By David McElroy · July 11, 2021

I was borderline rude with an acquaintance in public today. And that’s not like me.

I don’t know the man well, but we always have a friendly chat when we run into each other. When he approached me in a restaurant Sunday evening, I just wanted him to go away. I wanted everyone to go away. He asked me how I was doing.

“Well, to be honest, I’m in a mood when I’d rather just have the whole world leave me alone,” I said.

I tried not to make it sound personal, but I wasn’t in the mood to explain. I made another comment or two, but I pointedly turned my attention to my MacBook’s screen.

He sat down near me and kept trying to chat. I replied as little as I could and I kept my eyes on the screen. He eventually finished eating and said goodbye. I told him I’d probably be more social again the next time he saw me.

After he left, I thought about the apparent contradiction in me today. I’ve been emotionally drowning on the inside, for a couple of reasons. I have walls up against the whole world and I don’t want to let anyone inside. I want to be left alone.

But I’ve also been a lost little boy — waiting for someone to rescue me.

When I was a child, it never occurred to me that anyone could rescue me. The idea would have seemed ludicrous. It would have sounded impossible. And I would have thought it was weak.

I always felt that I was alone against the world. I always thought I could be my own champion, my own rescuer, my own hero.

I didn’t need anyone.

I felt that way because there was no one for me to count on. Why believe in a fairy tale rescue for myself when I was alone against a world that left me increasingly numb and cold?

It took me a long time to realize this, but my intense desire to rescue others — cats, dogs and even people — was partly a matter of me projecting my desire to rescue myself. Something in my unconscious believed that by rescuing others, I was somehow rescuing myself.

And maybe I believed — in a deep part of myself that I can’t quite access — that if I rescued others enough, I might be worthy of someone else rescuing me.

I’ve bumped up against these ideas here before. I’ve written about the realization that the cats and dogs I rescued were rescuing me at the same time. I’ve also written about my instinctive understanding that relationships between people who’ve been hurt are ultimately about mutual rescue.

There’s a common idea in some modern pop psychology that two people in a relationship shouldn’t need in each other. The notion is that two partners should want one another but they shouldn’t actually need each other. They should each be independent enough to stand alone.

I get the concept, but I think it’s bunk.
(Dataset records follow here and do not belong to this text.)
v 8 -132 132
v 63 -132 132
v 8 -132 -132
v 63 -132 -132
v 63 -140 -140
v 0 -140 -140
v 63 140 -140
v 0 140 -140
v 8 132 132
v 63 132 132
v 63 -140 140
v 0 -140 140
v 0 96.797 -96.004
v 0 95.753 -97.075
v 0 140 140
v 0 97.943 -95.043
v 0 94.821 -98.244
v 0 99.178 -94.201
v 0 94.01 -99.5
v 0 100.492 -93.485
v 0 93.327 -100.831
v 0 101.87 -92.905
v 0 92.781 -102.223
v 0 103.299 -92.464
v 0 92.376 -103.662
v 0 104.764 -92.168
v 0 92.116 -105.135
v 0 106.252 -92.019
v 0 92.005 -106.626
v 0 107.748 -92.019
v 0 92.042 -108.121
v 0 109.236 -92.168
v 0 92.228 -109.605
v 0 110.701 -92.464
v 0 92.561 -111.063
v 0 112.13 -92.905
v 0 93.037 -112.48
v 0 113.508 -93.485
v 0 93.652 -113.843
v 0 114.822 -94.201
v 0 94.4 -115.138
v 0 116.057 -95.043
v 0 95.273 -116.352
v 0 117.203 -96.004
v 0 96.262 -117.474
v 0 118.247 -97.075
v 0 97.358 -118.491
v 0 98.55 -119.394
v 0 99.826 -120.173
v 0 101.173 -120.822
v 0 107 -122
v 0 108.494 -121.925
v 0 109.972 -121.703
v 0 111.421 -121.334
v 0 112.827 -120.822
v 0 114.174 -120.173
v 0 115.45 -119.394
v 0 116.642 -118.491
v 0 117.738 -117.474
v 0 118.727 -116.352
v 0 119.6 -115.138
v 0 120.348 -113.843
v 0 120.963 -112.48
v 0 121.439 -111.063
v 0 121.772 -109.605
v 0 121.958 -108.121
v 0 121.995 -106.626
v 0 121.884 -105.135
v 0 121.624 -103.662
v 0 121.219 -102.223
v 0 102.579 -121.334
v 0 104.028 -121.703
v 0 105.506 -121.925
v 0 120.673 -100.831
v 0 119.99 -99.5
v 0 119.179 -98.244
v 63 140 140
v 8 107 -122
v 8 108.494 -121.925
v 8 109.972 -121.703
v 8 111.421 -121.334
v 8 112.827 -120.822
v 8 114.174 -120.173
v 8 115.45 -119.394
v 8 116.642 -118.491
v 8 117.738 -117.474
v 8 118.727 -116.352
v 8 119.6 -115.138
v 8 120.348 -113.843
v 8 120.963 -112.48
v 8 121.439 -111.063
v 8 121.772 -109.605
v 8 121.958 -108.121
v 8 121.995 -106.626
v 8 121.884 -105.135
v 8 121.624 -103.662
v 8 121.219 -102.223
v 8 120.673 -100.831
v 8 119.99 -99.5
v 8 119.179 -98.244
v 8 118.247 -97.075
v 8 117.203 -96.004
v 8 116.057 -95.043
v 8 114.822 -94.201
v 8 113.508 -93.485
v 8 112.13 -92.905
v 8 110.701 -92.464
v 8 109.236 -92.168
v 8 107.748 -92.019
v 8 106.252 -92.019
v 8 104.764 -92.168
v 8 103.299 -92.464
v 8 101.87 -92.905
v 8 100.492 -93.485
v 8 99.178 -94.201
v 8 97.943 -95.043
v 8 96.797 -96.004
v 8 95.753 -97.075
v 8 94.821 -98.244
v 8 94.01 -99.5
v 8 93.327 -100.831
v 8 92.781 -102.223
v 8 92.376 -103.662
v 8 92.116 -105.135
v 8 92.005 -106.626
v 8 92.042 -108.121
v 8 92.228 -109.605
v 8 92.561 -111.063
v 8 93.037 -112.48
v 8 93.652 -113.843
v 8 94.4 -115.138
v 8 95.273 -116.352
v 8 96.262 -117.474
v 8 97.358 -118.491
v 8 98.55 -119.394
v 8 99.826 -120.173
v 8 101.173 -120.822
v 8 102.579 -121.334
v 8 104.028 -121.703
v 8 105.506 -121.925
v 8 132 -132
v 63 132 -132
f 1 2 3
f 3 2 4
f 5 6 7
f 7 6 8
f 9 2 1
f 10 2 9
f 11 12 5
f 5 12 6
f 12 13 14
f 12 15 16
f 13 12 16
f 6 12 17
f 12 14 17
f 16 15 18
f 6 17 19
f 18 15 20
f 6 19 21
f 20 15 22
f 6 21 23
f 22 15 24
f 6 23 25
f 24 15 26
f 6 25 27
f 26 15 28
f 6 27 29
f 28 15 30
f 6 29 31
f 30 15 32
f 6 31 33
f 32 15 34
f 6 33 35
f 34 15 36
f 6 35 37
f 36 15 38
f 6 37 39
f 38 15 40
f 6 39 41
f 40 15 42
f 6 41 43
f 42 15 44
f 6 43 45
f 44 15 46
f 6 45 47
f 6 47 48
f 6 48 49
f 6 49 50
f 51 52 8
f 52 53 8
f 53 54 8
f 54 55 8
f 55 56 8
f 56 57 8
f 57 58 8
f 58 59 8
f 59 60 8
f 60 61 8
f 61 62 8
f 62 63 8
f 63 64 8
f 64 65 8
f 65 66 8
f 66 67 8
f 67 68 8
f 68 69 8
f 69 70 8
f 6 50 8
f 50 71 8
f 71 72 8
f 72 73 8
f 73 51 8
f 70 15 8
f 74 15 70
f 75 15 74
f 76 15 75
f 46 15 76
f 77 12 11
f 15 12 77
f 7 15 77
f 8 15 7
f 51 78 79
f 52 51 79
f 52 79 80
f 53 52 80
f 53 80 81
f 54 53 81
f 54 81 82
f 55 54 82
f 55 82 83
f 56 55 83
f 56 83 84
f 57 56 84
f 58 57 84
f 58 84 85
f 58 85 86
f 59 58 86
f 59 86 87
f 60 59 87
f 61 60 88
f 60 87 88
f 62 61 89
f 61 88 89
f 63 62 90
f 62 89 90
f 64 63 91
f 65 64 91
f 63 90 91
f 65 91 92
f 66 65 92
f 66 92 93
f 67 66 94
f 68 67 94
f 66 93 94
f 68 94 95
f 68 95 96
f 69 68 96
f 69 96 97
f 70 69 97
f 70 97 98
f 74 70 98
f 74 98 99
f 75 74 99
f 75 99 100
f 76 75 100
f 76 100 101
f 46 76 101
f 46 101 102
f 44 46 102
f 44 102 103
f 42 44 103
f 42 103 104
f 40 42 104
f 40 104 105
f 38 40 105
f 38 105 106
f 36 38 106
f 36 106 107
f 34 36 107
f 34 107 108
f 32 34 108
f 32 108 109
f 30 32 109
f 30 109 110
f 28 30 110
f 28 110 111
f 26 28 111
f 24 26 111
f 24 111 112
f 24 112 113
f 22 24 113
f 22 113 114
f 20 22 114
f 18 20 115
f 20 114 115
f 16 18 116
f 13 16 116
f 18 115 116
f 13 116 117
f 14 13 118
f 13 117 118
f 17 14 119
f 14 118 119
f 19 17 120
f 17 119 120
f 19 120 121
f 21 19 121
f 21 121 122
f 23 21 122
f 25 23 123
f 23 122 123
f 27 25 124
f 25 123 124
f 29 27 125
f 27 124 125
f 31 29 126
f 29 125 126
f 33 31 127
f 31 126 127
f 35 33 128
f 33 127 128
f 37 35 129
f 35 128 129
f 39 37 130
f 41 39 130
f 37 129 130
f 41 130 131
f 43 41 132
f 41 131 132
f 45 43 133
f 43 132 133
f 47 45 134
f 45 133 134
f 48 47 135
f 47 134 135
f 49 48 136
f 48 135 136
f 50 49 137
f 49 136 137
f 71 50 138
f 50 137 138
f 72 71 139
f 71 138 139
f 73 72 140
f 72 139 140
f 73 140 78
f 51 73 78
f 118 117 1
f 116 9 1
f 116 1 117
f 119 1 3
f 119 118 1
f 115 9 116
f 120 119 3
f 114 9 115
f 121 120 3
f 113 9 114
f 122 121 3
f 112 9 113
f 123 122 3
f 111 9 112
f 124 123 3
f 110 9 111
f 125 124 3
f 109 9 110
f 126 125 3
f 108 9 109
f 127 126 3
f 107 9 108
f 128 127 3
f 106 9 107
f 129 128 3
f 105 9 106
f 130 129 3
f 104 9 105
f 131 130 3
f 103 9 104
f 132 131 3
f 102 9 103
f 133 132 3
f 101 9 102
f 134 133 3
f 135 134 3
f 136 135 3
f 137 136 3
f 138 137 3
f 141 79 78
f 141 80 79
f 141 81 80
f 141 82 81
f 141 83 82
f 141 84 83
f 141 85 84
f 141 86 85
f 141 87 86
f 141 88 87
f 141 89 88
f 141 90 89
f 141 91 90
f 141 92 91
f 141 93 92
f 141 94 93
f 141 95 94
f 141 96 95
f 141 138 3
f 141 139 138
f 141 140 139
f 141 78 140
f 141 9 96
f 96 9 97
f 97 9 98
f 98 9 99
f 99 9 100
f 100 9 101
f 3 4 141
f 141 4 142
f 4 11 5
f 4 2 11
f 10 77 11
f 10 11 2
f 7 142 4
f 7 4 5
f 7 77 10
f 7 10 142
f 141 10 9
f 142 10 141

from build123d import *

# Parameters (mm, degrees)
SKETCH1_W           = 280
SKETCH1_H           = 280
BOSS_EXTRUDE1_DEPTH = 63
SKETCH2_W           = 264
SKETCH2_H           = 264
CUT_EXTRUDE1_DEPTH  = 55
SKETCH4_R           = 15
CUT_EXTRUDE2_DEPTH  = 55


with BuildPart() as part:
    # Sketch1 → Boss-Extrude1 (new body)
    with BuildSketch(Plane(origin=(0, 0, 0), x_dir=(0, 0, -1), z_dir=(1, 0, 0))):
        Rectangle(SKETCH1_W, SKETCH1_H)
    extrude(amount=BOSS_EXTRUDE1_DEPTH)

    # Sketch2 → Cut-Extrude1 (cut)
    with BuildSketch(Plane(origin=(63, 0, 0), x_dir=(0, 0, -1), z_dir=(1, 0, 0))):
        Rectangle(SKETCH2_W, SKETCH2_H)
    extrude(amount=-CUT_EXTRUDE1_DEPTH, mode=Mode.SUBTRACT)

    # Sketch4 → Cut-Extrude2 (cut)
    with BuildSketch(Plane(origin=(8, 0, 0), x_dir=(0, 0, -1), z_dir=(1, 0, 0))):
        with Locations((107, 107)):
            Circle(SKETCH4_R)
    extrude(amount=-CUT_EXTRUDE2_DEPTH, mode=Mode.SUBTRACT)


solid = part.part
I think we’re so hesitant to put complete trust in a partnership that we’ve developed an ideology — and morphed it into psychology — that the two partners don’t need to fuse into an inseparable partnership.

I think that idea is wrong and dangerous. It goes against all of human history up until the last 50 years or so. In the best relationships, each person brings the best he or she has to offer — and trusts the other person to be strong at times in places where he or she is weak or broken.
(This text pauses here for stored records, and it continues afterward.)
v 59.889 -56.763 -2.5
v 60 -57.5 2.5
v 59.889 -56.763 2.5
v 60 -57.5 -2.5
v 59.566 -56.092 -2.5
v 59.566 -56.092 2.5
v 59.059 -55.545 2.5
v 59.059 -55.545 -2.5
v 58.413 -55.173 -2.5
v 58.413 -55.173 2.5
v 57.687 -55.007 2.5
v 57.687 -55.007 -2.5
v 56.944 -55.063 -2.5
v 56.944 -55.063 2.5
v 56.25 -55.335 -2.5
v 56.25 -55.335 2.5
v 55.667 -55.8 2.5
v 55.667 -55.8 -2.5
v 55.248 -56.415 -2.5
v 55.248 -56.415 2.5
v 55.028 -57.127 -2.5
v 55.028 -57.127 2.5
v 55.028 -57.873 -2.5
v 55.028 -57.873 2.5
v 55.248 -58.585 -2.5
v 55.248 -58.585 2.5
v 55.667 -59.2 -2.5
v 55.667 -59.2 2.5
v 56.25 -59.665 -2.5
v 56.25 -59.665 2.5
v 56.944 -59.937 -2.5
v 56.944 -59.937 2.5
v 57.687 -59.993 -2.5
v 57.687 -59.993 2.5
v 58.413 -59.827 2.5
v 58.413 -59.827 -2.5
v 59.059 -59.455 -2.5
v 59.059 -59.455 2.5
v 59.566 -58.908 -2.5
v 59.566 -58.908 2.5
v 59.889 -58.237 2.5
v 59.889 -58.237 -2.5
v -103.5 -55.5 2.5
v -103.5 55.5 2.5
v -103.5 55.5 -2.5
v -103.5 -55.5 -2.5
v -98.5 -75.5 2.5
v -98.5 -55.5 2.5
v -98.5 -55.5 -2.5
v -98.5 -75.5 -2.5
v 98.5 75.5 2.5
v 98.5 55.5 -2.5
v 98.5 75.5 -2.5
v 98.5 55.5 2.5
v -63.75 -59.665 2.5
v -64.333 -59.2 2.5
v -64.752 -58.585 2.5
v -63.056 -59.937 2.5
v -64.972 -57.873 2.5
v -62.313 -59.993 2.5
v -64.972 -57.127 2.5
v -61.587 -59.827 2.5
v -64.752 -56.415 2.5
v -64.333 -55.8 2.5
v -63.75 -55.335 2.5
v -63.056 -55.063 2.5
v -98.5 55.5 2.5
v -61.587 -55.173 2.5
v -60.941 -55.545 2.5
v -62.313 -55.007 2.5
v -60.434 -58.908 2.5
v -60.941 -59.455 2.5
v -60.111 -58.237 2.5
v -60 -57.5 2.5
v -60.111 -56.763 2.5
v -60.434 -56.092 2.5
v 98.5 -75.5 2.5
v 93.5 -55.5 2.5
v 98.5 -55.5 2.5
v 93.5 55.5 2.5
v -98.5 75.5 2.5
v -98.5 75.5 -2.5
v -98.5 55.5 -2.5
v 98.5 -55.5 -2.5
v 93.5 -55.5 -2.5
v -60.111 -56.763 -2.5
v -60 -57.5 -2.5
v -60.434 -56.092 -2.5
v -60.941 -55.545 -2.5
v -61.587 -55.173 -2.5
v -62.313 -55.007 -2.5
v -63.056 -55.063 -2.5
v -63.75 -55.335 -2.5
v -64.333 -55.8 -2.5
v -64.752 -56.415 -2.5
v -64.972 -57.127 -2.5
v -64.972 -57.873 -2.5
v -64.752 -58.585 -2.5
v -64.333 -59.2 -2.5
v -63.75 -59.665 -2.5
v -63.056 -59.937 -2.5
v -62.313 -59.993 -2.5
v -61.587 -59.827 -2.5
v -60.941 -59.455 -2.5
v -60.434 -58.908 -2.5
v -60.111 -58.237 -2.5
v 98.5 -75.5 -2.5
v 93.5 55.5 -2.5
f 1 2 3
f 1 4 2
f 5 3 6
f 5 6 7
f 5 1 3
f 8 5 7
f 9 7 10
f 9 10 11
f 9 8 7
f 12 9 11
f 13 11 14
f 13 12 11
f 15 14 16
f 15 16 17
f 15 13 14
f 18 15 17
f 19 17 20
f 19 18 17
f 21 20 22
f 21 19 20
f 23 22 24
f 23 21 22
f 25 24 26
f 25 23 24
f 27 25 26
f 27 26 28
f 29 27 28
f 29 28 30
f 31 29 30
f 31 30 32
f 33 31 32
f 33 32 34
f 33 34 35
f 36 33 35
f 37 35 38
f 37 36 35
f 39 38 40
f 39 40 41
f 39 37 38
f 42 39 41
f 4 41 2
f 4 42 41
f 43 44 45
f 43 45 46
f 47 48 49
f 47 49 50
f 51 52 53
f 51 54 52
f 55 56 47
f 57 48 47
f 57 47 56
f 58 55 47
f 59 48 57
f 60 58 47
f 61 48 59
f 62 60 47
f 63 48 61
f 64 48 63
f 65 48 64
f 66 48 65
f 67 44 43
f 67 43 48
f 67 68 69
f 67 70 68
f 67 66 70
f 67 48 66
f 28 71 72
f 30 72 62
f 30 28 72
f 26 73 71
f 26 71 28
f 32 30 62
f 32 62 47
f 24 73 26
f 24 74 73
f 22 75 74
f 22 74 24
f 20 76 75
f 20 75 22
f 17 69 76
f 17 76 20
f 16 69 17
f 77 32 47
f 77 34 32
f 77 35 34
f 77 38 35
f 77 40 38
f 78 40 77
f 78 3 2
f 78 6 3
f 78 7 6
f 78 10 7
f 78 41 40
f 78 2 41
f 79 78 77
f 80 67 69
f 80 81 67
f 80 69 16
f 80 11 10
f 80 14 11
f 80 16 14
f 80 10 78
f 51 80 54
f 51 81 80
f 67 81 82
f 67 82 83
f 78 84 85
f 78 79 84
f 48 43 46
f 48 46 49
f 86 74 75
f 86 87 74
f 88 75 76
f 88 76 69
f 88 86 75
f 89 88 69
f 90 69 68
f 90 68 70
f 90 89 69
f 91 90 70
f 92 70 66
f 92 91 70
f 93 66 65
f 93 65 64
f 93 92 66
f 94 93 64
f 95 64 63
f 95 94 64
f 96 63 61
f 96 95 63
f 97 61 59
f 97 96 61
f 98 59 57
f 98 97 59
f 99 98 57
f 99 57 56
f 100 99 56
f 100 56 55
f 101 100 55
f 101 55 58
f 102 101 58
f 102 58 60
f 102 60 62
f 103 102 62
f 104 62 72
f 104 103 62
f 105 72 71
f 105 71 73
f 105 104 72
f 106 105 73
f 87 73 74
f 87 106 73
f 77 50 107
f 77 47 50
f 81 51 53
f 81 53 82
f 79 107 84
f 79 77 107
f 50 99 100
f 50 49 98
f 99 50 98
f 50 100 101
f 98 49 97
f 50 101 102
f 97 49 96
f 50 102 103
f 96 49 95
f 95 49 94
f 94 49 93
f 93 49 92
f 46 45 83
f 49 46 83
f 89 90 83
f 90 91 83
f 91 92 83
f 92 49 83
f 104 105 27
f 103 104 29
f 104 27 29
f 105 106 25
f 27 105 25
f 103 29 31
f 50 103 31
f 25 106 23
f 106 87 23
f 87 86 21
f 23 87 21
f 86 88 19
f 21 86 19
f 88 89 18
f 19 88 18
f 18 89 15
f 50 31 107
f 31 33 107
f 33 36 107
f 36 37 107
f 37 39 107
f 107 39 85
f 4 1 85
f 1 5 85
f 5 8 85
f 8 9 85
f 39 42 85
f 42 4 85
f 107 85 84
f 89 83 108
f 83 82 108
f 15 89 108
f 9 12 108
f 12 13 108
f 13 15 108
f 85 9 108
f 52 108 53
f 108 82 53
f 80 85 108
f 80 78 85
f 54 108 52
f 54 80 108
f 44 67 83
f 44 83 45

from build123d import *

# Parameters (mm, degrees)
SKETCH_R  = 2.5
PAD_DEPTH = 2.5


with BuildPart() as part:
    # Sketch → Pad (new body, symmetric)
    with BuildSketch(Plane.XY):
        Polygon((98.5, 55.5), (98.5, 75.5), (-98.5, 75.5), (-98.5, 55.5), (-103.5, 55.5), (-103.5, -55.5), (-98.5, -55.5), (-98.5, -75.5), (98.5, -75.5), (98.5, -55.5), (93.5, -55.5), (93.5, 55.5), align=None)
        with Locations((57.5, -57.5)):
            Circle(SKETCH_R, mode=Mode.SUBTRACT)
        with Locations((-62.5, -57.5)):
            Circle(SKETCH_R, mode=Mode.SUBTRACT)
    extrude(amount=PAD_DEPTH, both=True)


solid = part.part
I think we’re all broken. It just takes some of us a lot longer to understand that and then to accept it.

I have enough pride that I don’t want help from anybody. I don’t want to accept help, much less ask for it. I have so much trouble trusting that anybody could finally be worth my complete trust that I’m always looking for a reason not to trust.

I usually find that reason not to trust — and then I pull back.

For all these reasons, I have thick walls against the rest of the world. It seems safer. It’s less risky. There’s less chance of hurt or rejection or disappointment.

But English writer C.S. Lewis gave a powerful rebuke to this fear-based desire of my heart.

“To love at all is to be vulnerable,” Lewis wrote. “Love anything and your heart will be wrung and possibly broken. If you want to make sure of keeping it intact you must give it to no one, not even an animal. Wrap it carefully round with hobbies and little luxuries; avoid all entanglements. Lock it up safe in the casket or coffin of your selfishness. But in that casket, safe, dark, motionless, airless, it will change. It will not be broken; it will become unbreakable, impenetrable, irredeemable. To love is to be vulnerable.”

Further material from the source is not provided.